GOAL OF THE EXERCISE
Write out exactly what each line says, starting with the first line below and ending on the one with "v 2.126 -13.418 0".

Collected data
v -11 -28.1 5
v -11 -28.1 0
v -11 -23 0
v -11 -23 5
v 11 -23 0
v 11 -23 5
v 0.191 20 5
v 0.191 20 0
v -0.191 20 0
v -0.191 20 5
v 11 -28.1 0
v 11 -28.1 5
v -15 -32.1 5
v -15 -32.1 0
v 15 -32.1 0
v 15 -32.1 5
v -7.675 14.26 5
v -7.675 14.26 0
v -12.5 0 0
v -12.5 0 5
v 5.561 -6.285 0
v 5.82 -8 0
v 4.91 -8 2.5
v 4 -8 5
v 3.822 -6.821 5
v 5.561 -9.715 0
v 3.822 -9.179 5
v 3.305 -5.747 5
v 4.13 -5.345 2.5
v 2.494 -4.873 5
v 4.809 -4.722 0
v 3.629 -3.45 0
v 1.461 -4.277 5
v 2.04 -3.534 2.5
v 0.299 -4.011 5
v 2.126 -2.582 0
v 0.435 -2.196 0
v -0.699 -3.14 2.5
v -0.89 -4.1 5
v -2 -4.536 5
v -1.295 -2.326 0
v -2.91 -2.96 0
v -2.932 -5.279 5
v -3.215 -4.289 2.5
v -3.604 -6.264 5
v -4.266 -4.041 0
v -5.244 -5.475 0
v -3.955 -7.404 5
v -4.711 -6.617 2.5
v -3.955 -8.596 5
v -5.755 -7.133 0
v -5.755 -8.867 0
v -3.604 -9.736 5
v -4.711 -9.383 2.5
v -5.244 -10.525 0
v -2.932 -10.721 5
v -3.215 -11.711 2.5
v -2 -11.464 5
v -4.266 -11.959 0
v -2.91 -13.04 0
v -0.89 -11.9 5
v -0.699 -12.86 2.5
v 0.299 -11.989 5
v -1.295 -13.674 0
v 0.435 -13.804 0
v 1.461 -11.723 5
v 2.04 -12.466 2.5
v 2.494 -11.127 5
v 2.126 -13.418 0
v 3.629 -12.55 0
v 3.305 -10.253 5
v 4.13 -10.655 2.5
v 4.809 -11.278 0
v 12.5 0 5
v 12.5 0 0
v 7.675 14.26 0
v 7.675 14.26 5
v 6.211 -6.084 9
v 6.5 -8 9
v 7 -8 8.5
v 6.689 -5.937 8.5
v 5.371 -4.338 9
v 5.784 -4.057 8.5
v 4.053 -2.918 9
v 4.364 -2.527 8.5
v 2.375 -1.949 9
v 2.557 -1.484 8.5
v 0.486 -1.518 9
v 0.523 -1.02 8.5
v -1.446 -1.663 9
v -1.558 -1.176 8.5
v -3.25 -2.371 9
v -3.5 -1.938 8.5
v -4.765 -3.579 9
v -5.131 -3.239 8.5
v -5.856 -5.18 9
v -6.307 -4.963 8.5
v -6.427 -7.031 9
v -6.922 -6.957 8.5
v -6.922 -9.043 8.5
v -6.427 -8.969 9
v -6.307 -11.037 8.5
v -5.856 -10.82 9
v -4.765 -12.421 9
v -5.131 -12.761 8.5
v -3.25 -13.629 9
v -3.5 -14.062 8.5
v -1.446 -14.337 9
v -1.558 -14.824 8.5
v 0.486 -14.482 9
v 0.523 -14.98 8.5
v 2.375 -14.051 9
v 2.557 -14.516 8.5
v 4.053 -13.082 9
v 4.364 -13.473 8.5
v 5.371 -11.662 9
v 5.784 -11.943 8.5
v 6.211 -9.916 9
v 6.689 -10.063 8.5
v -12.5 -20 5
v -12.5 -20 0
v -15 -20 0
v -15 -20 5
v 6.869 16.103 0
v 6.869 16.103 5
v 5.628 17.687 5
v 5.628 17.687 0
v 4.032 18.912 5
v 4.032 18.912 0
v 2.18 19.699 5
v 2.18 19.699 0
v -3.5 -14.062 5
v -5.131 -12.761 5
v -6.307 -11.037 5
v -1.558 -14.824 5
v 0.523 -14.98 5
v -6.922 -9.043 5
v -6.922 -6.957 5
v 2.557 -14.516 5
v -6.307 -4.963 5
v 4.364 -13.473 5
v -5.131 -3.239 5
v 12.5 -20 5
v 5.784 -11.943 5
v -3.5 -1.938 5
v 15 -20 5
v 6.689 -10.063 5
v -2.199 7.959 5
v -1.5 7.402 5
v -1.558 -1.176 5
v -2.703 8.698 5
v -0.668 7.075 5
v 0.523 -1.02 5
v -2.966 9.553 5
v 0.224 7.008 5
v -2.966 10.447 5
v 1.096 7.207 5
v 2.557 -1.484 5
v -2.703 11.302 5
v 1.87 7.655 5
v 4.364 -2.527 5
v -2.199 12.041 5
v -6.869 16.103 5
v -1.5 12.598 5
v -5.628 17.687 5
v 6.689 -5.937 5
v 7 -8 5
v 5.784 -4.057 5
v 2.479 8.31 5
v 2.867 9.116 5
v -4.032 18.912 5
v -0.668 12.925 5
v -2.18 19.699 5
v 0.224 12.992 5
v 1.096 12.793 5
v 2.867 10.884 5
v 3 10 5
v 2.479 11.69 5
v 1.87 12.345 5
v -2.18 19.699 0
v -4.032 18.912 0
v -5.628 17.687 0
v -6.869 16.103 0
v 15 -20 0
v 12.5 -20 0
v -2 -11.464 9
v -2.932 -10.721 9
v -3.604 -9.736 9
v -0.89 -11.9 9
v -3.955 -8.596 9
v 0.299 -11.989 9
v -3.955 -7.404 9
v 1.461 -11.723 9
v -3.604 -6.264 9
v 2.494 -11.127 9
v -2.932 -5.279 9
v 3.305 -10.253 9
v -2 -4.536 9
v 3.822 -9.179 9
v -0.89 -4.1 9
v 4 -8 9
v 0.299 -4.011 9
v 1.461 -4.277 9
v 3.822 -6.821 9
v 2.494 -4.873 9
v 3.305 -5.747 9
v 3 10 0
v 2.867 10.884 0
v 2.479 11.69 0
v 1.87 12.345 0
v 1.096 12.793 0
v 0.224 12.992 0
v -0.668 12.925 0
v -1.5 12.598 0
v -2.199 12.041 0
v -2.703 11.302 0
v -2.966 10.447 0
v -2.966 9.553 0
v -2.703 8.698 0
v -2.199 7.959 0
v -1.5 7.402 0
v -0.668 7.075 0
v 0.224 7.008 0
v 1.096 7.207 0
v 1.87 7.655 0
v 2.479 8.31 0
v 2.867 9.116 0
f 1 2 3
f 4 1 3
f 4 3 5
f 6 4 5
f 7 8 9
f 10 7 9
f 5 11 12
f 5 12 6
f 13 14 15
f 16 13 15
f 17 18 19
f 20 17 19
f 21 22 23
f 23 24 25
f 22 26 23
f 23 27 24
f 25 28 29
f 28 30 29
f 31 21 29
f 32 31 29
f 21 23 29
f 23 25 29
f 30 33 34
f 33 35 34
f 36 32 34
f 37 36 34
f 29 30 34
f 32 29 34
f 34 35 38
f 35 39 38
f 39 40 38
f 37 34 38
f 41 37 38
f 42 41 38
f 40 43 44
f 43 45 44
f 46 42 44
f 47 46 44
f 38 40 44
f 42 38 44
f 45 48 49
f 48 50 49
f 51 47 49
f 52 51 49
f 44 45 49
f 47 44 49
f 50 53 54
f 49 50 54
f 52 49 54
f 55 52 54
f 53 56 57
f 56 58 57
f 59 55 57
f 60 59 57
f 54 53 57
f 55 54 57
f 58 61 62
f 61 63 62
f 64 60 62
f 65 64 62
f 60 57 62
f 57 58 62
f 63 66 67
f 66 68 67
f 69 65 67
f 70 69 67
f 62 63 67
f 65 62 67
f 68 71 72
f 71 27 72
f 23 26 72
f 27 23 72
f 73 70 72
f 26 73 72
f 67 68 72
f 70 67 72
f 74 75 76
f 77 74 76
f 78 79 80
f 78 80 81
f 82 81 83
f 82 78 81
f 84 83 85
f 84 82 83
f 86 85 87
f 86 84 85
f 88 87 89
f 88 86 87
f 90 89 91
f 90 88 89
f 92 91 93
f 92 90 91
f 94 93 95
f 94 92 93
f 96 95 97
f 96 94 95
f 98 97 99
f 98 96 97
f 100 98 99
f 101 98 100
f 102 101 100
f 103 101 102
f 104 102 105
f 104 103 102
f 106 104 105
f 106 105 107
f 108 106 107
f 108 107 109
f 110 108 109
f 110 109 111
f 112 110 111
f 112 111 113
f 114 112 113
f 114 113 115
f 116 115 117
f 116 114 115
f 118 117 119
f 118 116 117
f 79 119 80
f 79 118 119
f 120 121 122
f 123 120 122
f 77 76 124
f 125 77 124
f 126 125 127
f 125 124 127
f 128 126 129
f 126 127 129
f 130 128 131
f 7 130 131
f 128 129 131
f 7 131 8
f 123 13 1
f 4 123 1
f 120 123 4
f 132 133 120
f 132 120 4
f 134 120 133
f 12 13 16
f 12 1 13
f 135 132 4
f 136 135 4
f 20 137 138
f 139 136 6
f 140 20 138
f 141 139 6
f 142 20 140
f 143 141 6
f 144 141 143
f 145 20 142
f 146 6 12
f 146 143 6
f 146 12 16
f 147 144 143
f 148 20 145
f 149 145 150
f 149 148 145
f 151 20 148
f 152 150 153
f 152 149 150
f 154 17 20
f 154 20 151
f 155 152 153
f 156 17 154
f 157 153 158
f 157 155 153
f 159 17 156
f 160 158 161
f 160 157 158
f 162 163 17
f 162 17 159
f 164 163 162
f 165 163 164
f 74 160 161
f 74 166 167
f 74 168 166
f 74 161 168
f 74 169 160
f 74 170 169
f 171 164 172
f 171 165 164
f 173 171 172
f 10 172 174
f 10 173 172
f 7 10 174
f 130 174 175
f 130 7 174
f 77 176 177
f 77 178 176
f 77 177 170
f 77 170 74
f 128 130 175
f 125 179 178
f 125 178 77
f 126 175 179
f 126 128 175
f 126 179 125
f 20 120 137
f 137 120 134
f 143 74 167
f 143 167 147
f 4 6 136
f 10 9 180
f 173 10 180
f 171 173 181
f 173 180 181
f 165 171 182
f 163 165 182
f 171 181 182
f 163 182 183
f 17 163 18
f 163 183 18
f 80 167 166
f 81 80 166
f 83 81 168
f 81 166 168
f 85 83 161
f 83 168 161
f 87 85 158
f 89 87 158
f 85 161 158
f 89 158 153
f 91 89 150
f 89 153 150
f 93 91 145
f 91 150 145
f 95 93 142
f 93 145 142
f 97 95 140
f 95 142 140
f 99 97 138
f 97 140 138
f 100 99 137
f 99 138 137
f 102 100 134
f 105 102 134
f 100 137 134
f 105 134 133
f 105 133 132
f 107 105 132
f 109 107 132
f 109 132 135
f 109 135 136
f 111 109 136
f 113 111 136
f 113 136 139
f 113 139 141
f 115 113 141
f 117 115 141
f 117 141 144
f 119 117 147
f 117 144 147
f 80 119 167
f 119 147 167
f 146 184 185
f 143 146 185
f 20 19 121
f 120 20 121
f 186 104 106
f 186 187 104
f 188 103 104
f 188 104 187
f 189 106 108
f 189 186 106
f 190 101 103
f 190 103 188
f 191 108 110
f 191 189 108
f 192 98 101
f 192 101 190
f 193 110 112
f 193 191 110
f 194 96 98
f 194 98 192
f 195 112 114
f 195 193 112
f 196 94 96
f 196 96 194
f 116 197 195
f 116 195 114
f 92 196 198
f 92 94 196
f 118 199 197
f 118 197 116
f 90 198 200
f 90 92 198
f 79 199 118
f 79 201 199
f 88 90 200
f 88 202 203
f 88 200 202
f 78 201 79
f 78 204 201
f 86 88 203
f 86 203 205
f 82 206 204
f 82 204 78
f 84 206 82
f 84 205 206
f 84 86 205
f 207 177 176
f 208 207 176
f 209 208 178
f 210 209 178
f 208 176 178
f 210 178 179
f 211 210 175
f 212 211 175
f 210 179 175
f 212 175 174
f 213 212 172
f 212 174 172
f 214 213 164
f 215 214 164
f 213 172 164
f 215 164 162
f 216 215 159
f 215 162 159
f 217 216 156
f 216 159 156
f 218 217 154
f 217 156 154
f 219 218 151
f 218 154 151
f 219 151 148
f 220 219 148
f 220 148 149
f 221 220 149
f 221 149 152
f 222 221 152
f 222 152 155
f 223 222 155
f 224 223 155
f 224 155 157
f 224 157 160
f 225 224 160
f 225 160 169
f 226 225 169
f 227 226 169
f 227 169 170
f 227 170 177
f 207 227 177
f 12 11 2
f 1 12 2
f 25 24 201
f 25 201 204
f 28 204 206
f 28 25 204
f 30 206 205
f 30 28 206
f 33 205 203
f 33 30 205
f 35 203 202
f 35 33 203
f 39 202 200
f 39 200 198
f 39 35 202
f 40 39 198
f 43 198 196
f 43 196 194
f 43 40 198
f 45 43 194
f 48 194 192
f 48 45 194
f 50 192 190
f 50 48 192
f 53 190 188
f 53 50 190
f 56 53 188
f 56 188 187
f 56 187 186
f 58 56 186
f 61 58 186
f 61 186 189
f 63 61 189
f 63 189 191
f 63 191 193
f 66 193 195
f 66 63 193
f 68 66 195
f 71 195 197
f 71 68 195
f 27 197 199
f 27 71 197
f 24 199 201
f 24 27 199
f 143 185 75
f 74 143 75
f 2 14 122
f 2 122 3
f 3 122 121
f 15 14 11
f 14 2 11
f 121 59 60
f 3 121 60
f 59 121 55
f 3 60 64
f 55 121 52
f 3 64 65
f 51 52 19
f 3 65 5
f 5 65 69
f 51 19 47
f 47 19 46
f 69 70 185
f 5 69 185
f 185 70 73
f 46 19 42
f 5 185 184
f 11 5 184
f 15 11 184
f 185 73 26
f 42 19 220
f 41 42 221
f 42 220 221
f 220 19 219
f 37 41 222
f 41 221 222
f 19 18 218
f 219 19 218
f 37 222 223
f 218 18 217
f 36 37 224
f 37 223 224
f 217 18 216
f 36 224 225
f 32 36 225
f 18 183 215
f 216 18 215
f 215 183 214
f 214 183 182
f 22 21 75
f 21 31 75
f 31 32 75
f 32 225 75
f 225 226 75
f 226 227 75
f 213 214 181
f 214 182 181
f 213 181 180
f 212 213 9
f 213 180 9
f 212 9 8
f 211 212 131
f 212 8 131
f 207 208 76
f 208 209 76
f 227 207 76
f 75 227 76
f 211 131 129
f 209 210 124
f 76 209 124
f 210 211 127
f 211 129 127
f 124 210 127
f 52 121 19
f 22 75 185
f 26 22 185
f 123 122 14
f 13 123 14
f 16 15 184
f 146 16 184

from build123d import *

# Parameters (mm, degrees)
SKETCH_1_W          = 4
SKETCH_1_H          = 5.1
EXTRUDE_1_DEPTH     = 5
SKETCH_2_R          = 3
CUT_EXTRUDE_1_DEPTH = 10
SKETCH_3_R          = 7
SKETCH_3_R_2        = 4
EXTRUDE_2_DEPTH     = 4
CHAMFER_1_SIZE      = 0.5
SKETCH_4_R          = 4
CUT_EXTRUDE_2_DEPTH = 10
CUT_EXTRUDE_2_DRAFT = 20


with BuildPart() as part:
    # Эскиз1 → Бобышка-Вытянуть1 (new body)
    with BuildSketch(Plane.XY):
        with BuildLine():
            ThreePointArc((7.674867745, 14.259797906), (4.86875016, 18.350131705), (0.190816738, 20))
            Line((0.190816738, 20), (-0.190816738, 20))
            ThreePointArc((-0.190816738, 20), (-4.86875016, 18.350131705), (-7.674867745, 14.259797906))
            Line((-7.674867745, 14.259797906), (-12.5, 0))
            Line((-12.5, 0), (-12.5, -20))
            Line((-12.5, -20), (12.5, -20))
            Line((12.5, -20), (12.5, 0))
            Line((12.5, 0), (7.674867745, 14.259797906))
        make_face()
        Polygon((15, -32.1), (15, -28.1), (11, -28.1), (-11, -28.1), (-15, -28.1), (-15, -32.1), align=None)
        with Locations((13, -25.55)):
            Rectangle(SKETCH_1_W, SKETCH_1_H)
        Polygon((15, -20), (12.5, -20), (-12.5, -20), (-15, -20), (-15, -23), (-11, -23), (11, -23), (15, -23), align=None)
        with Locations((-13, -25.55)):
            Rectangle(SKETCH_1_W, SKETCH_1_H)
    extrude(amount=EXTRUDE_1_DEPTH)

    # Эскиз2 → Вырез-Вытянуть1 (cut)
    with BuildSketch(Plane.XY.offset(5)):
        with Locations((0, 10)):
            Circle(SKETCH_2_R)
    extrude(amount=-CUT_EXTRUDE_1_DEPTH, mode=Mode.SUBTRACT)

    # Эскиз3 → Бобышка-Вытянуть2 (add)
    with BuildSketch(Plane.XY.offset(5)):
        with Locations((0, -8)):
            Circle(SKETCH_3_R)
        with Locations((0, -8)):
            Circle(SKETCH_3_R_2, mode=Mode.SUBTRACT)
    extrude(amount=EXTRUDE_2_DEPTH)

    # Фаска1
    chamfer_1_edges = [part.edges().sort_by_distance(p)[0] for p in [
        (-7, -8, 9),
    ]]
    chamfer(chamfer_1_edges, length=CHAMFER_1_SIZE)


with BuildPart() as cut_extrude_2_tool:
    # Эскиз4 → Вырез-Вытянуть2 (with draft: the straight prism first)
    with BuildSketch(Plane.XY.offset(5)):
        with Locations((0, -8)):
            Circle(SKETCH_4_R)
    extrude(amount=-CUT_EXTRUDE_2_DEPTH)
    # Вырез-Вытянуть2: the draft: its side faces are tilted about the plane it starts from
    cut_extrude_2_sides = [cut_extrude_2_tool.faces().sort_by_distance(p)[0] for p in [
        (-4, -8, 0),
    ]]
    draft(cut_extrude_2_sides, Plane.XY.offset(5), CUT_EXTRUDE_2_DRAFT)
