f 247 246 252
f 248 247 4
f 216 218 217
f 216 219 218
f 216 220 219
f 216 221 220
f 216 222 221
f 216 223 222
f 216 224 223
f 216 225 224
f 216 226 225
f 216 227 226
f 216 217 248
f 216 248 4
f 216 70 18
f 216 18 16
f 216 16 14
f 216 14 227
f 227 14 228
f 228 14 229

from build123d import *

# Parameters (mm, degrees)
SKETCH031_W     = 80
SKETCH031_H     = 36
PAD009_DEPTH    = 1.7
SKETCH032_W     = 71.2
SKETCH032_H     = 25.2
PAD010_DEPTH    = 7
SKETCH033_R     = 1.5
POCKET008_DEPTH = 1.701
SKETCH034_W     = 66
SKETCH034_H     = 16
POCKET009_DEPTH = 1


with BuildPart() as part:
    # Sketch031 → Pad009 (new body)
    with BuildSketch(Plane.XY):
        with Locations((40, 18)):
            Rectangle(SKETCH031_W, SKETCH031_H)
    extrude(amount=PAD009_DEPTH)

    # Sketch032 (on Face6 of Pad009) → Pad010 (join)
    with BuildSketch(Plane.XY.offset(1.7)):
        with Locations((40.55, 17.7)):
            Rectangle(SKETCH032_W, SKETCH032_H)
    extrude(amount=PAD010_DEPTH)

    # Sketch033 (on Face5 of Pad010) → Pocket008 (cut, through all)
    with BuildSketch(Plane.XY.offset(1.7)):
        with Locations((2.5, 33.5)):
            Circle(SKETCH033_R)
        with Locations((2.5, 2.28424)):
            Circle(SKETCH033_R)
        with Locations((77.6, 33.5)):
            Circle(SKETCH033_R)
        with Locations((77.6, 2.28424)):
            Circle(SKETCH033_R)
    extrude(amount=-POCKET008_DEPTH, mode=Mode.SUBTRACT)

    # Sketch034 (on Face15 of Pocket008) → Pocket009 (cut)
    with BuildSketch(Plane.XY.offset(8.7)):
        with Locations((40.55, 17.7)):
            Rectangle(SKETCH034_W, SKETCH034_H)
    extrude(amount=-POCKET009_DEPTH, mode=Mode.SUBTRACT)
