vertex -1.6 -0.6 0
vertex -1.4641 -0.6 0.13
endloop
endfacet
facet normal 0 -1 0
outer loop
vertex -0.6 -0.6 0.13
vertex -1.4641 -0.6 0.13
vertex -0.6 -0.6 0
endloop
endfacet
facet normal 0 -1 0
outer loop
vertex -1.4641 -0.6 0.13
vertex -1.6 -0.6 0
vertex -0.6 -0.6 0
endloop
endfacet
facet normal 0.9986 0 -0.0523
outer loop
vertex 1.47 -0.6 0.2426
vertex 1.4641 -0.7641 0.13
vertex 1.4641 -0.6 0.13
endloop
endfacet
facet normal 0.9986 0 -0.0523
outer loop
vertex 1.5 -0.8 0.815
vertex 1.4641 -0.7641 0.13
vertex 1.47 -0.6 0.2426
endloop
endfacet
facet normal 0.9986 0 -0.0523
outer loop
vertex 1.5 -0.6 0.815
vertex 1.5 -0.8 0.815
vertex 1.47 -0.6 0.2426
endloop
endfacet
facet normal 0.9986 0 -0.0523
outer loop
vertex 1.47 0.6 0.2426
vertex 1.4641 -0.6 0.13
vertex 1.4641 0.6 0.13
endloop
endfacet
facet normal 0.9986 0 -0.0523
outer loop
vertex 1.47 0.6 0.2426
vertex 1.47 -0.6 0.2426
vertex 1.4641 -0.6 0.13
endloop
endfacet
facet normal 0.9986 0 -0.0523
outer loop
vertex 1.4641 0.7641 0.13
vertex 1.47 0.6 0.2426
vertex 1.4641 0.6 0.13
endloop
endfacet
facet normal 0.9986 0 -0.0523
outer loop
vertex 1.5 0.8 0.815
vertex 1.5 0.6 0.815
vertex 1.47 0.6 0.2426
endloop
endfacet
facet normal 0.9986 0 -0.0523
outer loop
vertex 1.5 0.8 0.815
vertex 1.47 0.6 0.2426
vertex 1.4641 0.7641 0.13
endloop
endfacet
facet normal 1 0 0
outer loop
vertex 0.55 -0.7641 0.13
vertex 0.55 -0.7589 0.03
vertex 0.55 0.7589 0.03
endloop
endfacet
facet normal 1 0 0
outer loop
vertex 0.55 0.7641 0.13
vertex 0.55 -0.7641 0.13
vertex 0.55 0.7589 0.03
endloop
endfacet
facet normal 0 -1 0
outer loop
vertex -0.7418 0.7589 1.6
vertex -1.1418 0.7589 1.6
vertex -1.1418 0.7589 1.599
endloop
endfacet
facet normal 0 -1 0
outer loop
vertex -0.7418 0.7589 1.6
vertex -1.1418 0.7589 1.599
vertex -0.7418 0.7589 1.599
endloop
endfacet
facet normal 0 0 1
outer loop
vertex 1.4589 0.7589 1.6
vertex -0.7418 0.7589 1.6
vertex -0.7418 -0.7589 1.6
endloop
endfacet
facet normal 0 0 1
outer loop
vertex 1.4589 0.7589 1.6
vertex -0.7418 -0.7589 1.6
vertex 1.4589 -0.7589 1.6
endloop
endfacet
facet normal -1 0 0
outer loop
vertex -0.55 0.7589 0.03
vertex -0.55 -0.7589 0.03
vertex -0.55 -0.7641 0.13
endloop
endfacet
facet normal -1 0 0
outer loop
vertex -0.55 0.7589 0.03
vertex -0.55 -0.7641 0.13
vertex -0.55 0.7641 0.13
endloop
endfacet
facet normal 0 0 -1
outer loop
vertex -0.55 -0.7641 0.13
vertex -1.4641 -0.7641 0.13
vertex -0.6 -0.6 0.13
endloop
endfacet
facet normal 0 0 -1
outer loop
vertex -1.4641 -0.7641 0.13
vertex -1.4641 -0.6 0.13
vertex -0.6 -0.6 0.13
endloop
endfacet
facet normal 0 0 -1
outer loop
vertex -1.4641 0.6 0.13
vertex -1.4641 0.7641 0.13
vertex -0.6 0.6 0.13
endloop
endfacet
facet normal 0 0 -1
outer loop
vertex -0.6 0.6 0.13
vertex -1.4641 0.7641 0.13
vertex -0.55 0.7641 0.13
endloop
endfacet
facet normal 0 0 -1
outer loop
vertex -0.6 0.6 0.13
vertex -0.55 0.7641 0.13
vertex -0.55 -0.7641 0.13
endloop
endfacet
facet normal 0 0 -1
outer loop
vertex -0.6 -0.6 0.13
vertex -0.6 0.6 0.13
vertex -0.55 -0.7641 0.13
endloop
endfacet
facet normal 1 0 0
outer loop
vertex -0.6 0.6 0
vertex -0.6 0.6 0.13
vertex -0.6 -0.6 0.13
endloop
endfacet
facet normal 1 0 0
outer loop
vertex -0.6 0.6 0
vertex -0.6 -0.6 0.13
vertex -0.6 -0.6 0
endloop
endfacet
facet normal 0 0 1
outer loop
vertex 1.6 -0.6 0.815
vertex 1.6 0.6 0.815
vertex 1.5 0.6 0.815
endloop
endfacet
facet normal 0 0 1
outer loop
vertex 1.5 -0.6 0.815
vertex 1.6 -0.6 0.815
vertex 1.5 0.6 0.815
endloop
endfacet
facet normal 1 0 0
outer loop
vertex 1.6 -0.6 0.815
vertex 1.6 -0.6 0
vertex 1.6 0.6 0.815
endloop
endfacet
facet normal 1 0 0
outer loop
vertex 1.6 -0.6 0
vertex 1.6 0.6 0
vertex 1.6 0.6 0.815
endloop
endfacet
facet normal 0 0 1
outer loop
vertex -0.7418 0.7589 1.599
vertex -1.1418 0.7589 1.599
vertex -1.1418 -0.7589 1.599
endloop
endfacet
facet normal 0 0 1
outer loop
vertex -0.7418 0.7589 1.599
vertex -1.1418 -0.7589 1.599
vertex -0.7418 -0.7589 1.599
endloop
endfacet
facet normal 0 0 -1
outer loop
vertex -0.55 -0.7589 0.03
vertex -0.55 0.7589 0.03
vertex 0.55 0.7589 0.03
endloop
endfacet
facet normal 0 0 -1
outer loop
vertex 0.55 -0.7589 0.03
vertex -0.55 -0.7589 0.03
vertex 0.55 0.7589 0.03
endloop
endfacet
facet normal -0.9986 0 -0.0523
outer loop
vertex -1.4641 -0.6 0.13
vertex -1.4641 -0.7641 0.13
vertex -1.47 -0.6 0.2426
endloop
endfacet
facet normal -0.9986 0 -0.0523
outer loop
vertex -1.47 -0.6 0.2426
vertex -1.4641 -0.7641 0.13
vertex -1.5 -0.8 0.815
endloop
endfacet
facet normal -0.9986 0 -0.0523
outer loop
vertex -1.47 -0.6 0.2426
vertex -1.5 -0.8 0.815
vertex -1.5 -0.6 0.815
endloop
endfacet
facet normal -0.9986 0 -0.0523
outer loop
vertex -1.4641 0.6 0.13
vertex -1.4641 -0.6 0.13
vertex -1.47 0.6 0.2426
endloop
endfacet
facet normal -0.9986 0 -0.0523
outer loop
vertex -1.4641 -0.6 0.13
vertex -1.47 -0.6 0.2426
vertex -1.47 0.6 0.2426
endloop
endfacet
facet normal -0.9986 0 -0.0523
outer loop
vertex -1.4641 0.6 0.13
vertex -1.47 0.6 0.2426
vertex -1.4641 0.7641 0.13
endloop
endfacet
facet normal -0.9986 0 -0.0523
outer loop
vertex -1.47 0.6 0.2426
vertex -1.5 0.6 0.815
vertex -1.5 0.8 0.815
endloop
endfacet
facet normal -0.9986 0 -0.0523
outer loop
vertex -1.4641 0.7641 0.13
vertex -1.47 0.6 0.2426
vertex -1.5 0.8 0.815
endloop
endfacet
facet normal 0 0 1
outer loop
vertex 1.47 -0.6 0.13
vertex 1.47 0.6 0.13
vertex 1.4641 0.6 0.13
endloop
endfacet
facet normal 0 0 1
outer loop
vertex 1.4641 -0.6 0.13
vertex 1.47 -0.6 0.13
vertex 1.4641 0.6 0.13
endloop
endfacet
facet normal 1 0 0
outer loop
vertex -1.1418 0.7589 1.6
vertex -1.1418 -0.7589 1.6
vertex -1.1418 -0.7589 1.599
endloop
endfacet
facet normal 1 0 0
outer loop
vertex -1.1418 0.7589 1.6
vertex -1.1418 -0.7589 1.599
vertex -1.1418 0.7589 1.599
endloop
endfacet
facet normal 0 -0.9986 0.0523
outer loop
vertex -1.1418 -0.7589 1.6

TASK RESPONSE
v -11 -28.1 5
v -11 -28.1 0
v -11 -23 0
v -11 -23 5
v 11 -23 0
v 11 -23 5
v 0.191 20 5
v 0.191 20 0
v -0.191 20 0
v -0.191 20 5
v 11 -28.1 0
v 11 -28.1 5
v -15 -32.1 5
v -15 -32.1 0
v 15 -32.1 0
v 15 -32.1 5
v -7.675 14.26 5
v -7.675 14.26 0
v -12.5 0 0
v -12.5 0 5
v 5.561 -6.285 0
v 5.82 -8 0
v 4.91 -8 2.5
v 4 -8 5
v 3.822 -6.821 5
v 5.561 -9.715 0
v 3.822 -9.179 5
v 3.305 -5.747 5
v 4.13 -5.345 2.5
v 2.494 -4.873 5
v 4.809 -4.722 0
v 3.629 -3.45 0
v 1.461 -4.277 5
v 2.04 -3.534 2.5
v 0.299 -4.011 5
v 2.126 -2.582 0
v 0.435 -2.196 0
v -0.699 -3.14 2.5
v -0.89 -4.1 5
v -2 -4.536 5
v -1.295 -2.326 0
v -2.91 -2.96 0
v -2.932 -5.279 5
v -3.215 -4.289 2.5
v -3.604 -6.264 5
v -4.266 -4.041 0
v -5.244 -5.475 0
v -3.955 -7.404 5
v -4.711 -6.617 2.5
v -3.955 -8.596 5
v -5.755 -7.133 0
v -5.755 -8.867 0
v -3.604 -9.736 5
v -4.711 -9.383 2.5
v -5.244 -10.525 0
v -2.932 -10.721 5
v -3.215 -11.711 2.5
v -2 -11.464 5
v -4.266 -11.959 0
v -2.91 -13.04 0
v -0.89 -11.9 5
v -0.699 -12.86 2.5
v 0.299 -11.989 5
v -1.295 -13.674 0
v 0.435 -13.804 0
v 1.461 -11.723 5
v 2.04 -12.466 2.5
v 2.494 -11.127 5
v 2.126 -13.418 0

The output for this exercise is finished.